In the context of immunotherapy, investigators also found that GPRC5D expression was higher among cPCs than in pPCs, with no differences in TNFRSF17 (B-cell maturation antigen [BCMA]) expression when comparing cPCs and pPCs. Clinical studies have demonstrated that myeloma patients receiving bispecific antibodies are at a significantly increased risk of infection while on therapy, due to on-target, off-tumor killing of normal pPCs and subsequent hypogammaglobulinemia.¹⁰ However, this appears to be more common among patients receiving BCMA-directed bispecific antibodies like teclistamab or elranatamab than among patients receiving GPRC5D-directed bispecific antibodies like talquetamab. The authors note that cPCs had higher expression of GPRC5D than pPCs, whereas TNFRSF17 expression was largely similar between the 2 PC populations. This indicates a possible rationale for the decreased risk of infections seen in patients receiving talquetamab when compared with teclistamab or elranatamab.¹⁰ Again, this observation would have been very challenging to perform without single-cell RNA sequencing with B-cell receptor sequencing because this observation requires combining the 2 techniques.
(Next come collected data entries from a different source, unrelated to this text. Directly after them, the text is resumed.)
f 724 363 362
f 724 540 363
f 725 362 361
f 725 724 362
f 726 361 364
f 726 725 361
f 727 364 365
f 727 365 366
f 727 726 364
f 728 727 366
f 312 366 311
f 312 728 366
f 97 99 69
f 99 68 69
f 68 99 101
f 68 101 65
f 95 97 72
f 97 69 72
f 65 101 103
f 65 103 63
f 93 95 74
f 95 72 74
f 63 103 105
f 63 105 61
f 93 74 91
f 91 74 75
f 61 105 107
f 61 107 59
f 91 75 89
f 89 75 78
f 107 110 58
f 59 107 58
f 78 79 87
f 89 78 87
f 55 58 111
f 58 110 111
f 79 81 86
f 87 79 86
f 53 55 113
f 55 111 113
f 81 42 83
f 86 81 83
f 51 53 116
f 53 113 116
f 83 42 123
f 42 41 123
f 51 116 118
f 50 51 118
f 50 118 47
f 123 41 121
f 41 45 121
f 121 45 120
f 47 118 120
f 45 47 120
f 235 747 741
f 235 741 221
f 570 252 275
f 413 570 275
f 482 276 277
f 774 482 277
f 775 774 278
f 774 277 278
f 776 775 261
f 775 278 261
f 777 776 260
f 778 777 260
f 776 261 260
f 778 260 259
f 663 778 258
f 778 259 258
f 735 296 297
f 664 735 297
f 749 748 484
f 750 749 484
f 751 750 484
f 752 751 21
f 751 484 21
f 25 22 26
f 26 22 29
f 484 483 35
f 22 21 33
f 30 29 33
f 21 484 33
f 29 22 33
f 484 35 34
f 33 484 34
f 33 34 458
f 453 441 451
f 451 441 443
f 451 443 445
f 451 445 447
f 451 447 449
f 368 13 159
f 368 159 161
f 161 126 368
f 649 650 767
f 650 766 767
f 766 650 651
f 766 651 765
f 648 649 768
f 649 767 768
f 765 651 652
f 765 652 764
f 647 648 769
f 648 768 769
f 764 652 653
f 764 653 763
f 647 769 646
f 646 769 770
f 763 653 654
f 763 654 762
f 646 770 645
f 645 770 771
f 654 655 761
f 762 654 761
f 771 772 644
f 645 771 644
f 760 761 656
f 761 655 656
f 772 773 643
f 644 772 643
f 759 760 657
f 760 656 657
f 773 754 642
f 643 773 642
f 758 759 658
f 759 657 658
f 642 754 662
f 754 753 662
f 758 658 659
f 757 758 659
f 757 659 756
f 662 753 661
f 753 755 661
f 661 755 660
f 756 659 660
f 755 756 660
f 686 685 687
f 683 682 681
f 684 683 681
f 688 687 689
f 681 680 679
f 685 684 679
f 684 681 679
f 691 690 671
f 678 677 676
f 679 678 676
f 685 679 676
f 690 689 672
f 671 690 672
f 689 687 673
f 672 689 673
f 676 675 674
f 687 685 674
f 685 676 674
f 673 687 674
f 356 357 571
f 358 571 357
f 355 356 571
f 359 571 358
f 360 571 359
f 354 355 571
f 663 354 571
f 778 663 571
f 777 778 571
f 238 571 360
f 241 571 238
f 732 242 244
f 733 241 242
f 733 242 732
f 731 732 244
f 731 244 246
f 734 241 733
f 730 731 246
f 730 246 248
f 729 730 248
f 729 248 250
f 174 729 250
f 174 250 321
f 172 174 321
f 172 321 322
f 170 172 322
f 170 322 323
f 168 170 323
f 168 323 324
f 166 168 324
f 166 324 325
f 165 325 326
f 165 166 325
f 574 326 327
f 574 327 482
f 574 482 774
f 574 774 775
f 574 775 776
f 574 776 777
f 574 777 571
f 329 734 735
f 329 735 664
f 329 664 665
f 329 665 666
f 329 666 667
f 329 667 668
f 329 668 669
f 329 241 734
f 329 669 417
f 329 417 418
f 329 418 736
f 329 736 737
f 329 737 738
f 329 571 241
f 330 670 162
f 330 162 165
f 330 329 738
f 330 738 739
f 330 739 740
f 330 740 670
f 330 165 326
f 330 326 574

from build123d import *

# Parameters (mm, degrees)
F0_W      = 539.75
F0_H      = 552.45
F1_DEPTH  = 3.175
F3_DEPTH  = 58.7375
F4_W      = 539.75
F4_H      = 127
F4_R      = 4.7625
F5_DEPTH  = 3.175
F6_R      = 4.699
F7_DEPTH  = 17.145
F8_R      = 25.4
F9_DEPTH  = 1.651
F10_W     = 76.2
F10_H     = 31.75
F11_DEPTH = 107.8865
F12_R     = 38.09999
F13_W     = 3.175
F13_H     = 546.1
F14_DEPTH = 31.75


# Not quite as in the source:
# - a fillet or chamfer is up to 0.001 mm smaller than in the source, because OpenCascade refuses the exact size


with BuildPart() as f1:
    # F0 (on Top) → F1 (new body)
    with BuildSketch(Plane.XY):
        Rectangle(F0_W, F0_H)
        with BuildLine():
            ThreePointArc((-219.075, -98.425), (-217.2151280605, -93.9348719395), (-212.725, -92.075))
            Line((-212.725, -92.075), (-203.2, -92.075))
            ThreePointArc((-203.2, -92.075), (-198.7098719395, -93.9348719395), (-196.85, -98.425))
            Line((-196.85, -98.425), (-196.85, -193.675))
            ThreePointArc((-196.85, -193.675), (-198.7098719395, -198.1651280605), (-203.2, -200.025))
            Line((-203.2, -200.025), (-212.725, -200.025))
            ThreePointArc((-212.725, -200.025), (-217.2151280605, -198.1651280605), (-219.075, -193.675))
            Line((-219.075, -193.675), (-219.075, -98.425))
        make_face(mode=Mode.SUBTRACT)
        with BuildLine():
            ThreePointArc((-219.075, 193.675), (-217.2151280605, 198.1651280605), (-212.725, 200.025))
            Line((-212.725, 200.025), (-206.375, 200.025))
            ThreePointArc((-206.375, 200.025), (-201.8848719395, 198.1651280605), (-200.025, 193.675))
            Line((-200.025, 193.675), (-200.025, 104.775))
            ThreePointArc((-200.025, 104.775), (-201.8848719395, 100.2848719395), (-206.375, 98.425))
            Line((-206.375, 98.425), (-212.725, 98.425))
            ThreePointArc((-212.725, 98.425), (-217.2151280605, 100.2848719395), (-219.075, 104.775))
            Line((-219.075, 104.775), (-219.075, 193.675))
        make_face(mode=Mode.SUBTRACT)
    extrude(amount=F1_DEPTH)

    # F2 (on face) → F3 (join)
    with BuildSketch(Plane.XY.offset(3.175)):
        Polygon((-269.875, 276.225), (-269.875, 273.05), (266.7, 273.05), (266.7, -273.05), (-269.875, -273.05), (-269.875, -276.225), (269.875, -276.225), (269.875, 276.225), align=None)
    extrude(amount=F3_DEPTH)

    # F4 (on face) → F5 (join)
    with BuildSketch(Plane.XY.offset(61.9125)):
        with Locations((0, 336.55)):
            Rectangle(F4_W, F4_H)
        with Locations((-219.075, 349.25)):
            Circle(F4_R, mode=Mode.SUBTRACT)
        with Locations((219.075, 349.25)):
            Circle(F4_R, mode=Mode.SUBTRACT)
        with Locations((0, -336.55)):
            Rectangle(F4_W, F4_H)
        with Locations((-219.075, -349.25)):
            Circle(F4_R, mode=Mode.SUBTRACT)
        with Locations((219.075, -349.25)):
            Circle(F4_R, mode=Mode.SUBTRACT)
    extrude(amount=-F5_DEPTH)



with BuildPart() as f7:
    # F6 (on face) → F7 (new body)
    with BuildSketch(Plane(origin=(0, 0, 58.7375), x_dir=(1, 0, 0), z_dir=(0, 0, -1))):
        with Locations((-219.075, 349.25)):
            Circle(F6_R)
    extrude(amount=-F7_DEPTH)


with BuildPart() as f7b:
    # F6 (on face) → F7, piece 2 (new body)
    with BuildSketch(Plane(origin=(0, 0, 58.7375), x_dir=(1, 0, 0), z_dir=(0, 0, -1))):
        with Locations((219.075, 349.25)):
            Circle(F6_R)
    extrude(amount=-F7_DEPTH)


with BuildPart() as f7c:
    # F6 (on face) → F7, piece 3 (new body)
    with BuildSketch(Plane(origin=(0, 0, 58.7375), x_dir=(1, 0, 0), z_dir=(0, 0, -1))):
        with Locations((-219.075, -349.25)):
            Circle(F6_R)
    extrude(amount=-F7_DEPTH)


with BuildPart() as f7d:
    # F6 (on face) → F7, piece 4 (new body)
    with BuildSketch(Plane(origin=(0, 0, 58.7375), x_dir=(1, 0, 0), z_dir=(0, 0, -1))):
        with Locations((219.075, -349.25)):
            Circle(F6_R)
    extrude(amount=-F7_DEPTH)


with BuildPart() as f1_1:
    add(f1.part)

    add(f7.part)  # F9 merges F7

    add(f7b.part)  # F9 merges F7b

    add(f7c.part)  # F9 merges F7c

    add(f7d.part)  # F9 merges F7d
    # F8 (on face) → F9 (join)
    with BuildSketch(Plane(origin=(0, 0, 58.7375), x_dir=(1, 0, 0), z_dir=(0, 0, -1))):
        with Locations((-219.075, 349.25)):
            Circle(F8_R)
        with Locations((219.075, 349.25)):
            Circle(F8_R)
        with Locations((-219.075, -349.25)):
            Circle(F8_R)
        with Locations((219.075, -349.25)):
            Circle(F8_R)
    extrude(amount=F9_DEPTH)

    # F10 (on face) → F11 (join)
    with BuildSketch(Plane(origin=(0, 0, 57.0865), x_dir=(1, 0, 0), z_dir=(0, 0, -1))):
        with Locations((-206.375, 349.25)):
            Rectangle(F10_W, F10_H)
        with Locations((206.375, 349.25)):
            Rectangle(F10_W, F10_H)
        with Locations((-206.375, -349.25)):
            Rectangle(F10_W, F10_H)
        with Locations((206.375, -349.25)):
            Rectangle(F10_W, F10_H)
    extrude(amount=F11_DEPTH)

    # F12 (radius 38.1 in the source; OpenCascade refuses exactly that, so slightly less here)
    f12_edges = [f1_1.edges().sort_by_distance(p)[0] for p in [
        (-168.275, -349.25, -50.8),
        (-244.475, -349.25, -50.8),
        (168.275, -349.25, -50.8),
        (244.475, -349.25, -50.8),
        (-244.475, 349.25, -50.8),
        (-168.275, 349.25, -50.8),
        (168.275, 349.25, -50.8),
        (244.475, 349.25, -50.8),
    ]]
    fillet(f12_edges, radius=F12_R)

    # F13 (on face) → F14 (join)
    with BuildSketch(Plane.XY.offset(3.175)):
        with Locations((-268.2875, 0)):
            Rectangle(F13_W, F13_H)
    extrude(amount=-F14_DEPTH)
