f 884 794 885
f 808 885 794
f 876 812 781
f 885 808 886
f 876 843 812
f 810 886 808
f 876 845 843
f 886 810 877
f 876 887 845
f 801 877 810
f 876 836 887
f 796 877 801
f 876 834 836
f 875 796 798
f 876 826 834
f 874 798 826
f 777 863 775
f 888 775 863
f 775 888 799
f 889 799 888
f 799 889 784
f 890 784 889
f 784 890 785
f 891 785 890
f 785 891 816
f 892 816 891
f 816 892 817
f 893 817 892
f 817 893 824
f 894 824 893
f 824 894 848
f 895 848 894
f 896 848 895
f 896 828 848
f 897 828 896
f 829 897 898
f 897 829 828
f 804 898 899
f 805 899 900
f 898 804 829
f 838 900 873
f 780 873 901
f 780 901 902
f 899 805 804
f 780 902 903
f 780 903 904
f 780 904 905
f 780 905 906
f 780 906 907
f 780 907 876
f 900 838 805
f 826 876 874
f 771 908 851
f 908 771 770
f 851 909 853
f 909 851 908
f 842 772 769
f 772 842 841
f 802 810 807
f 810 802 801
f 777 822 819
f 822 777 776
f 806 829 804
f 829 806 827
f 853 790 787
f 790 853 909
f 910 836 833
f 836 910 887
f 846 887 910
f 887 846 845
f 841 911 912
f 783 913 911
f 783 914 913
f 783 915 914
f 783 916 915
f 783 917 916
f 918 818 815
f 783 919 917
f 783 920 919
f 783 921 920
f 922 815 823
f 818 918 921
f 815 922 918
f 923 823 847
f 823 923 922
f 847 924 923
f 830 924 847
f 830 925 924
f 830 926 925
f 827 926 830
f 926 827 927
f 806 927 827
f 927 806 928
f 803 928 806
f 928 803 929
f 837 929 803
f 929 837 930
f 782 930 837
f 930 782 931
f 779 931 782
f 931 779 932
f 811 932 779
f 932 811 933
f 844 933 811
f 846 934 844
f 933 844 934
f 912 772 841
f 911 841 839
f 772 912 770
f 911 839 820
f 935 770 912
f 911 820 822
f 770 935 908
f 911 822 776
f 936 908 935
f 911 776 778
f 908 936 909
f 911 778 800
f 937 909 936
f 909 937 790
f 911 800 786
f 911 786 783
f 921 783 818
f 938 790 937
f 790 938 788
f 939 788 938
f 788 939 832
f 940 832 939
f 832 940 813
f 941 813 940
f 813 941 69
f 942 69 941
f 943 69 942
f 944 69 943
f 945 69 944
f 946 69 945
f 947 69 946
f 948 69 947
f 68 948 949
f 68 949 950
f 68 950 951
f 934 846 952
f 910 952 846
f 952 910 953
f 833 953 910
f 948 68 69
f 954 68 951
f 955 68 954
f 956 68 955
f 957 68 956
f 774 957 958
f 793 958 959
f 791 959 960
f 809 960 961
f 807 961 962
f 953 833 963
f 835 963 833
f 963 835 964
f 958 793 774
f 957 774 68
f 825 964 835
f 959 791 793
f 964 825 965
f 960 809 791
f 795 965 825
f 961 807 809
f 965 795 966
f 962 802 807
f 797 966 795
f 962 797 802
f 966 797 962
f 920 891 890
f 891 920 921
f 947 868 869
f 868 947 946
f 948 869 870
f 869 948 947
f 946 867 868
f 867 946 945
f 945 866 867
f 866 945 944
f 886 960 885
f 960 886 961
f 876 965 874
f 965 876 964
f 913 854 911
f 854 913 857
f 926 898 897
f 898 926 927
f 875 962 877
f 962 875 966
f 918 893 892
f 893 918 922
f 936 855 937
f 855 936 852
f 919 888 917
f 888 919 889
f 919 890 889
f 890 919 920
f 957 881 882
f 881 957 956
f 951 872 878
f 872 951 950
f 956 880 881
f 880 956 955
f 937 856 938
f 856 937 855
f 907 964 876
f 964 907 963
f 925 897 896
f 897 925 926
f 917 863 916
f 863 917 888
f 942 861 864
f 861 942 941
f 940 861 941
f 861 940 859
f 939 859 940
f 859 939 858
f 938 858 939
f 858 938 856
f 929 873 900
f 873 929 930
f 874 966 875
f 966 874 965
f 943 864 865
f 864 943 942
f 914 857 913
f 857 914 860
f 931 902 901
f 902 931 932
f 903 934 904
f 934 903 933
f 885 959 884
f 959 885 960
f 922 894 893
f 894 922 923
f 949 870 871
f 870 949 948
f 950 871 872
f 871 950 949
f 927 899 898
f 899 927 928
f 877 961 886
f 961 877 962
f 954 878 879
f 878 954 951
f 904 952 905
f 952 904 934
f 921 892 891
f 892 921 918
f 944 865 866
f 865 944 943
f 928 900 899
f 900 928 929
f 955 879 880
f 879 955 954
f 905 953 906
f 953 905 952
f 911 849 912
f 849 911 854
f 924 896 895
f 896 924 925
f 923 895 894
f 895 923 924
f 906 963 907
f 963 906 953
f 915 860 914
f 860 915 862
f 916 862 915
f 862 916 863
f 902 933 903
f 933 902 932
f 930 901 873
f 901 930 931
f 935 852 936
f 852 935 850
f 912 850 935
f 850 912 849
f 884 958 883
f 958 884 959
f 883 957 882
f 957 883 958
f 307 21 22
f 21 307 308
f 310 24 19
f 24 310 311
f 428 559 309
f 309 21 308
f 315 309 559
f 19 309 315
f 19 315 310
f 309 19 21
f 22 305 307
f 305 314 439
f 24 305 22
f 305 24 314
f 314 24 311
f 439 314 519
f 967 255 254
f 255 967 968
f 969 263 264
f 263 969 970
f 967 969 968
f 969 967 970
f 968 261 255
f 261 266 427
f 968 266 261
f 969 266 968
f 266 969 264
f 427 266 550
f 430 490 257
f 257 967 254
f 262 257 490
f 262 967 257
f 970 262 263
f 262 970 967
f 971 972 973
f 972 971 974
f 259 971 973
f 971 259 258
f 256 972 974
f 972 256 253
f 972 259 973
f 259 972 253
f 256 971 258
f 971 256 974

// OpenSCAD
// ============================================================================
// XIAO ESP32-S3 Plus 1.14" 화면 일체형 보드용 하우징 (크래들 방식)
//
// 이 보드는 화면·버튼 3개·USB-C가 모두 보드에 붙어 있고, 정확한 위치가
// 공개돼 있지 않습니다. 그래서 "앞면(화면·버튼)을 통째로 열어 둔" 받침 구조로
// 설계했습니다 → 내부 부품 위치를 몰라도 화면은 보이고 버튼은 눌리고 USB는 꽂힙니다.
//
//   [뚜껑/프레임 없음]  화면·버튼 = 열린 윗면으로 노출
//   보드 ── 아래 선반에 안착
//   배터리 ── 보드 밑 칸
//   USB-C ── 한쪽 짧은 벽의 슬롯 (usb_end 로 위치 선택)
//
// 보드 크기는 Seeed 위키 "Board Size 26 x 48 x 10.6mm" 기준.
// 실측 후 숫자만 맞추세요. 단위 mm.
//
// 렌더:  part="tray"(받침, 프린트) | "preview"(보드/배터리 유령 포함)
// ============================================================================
In conclusion, the study by Da Vià and colleagues, along with other studies focused on immune dysregulation in patients with MM, seeks to use gene expression characteristics of nonmalignant leukocytes to identify signatures in patients with functionally high-risk MM that do not rely on characterization of features of myeloma cells themselves. What remains to be seen is whether these features ultimately originate from the plasma cells themselves, and whether specific genomic characteristics of myeloma cells can be identified as the source of pPC disruption.

Conflict-of-interest disclosure: F.M. is a consultant for Medidata and Sanofi. R.S.F. declares no competing financial interests.